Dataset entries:
####################
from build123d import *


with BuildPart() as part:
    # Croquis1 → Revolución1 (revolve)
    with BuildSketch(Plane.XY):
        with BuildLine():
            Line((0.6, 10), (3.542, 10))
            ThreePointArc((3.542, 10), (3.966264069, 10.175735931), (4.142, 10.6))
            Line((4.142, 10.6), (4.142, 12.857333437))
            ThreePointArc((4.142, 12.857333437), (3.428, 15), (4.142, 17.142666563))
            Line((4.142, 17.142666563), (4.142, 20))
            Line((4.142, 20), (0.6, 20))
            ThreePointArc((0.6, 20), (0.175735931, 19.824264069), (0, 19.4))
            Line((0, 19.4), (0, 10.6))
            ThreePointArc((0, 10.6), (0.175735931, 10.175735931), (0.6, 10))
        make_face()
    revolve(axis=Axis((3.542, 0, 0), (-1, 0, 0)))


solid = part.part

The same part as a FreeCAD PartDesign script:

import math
import FreeCAD as App
import Part
import Sketcher

V = App.Vector

doc = App.newDocument("Part")
params = doc.addObject("Spreadsheet::Sheet", "Params")
for row, (alias, value) in enumerate([
    ("sketch1_radius", "0.6 mm"),
    ("sketch1_height", "8.8 mm"),
    ("revolution_angle", "360 deg"),
], start=1):
    params.set(f"A{row}", alias)
    params.set(f"B{row}", "=" + value)
    params.setAlias(f"B{row}", alias)

body = doc.addObject("PartDesign::Body", "Body")

sketch1 = body.newObject("Sketcher::SketchObject", "Sketch")
sketch1.AttachmentSupport = (doc.getObject("XY_Plane"), [""])
sketch1.MapMode = "FlatFace"
sketch1.addGeometry([
    Part.LineSegment(V(0.6, 10, 0), V(3.5, 10, 0)),
    Part.ArcOfCircle(Part.Circle(V(3.5, 10.6, 0), V(0, 0, 1), 0.6), math.radians(-90), math.radians(0)),
    Part.LineSegment(V(4.1, 10.6, 0), V(4.1, 12.9, 0)),
    Part.ArcOfCircle(Part.Circle(V(7, 15, 0), V(0, 0, 1), 3.6), math.radians(143), math.radians(217)),
    Part.LineSegment(V(4.1, 17.1, 0), V(4.1, 20, 0)),
    Part.LineSegment(V(4.1, 20, 0), V(0.6, 20, 0)),
    Part.ArcOfCircle(Part.Circle(V(0.6, 19.4, 0), V(0, 0, 1), 0.6), math.radians(90), math.radians(180)),
    Part.LineSegment(V(0, 19.4, 0), V(0, 10.6, 0)),
    Part.ArcOfCircle(Part.Circle(V(0.6, 10.6, 0), V(0, 0, 1), 0.6), math.radians(180), math.radians(270)),
], False)
sketch1.addConstraint([
    Sketcher.Constraint("Tangent", 0, 2, 1, 1),
    Sketcher.Constraint("Tangent", 1, 2, 2, 1),
    Sketcher.Constraint("Coincident", 2, 2, 3, 2),
    Sketcher.Constraint("Coincident", 3, 1, 4, 1),
    Sketcher.Constraint("Coincident", 4, 2, 5, 1),
    Sketcher.Constraint("Tangent", 5, 2, 6, 1),
    Sketcher.Constraint("Tangent", 6, 2, 7, 1),
    Sketcher.Constraint("Tangent", 7, 2, 8, 1),
    Sketcher.Constraint("Tangent", 8, 2, 0, 1),
    Sketcher.Constraint("Horizontal", 0),
    Sketcher.Constraint("Vertical", 2),
    Sketcher.Constraint("Vertical", 4),
    Sketcher.Constraint("Horizontal", 5),
    Sketcher.Constraint("Vertical", 7),
    Sketcher.Constraint("Equal", 1, 6),
    Sketcher.Constraint("Equal", 6, 8),
    Sketcher.Constraint("PointOnObject", 6, 2, -2),
    Sketcher.Constraint("Vertical", 2, 2, 3, 1),
    Sketcher.Constraint("Radius", 1, 0.6),
    Sketcher.Constraint("DistanceY", 7, 2, 7, 1, 8.8),
    Sketcher.Constraint("DistanceX", -1, 1, 3, 3, 7.0),
    Sketcher.Constraint("DistanceY", -1, 1, 3, 3, 15.0),
    Sketcher.Constraint("DistanceY", -1, 1, 0, 2, 10.0),
    Sketcher.Constraint("Radius", 3, 3.572),
    Sketcher.Constraint("DistanceX", 0, 1, 0, 2, 2.942),
])
sketch1.setExpression("Constraints[18]", "Params.sketch1_radius")
sketch1.setExpression("Constraints[19]", "Params.sketch1_height")
revolution = body.newObject("PartDesign::Revolution", "Revolution")
revolution.Profile = sketch1
revolution.ReferenceAxis = (sketch1, ["H_Axis"])
revolution.setExpression("Angle", "Params.revolution_angle")

doc.recompute()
####################
PROBLEM TO WORK ON:
Look for the word "with". Copy out every line of the data that has it.

TASK RESULT:
with BuildPart() as part:
    with BuildSketch(Plane.XY):
        with BuildLine():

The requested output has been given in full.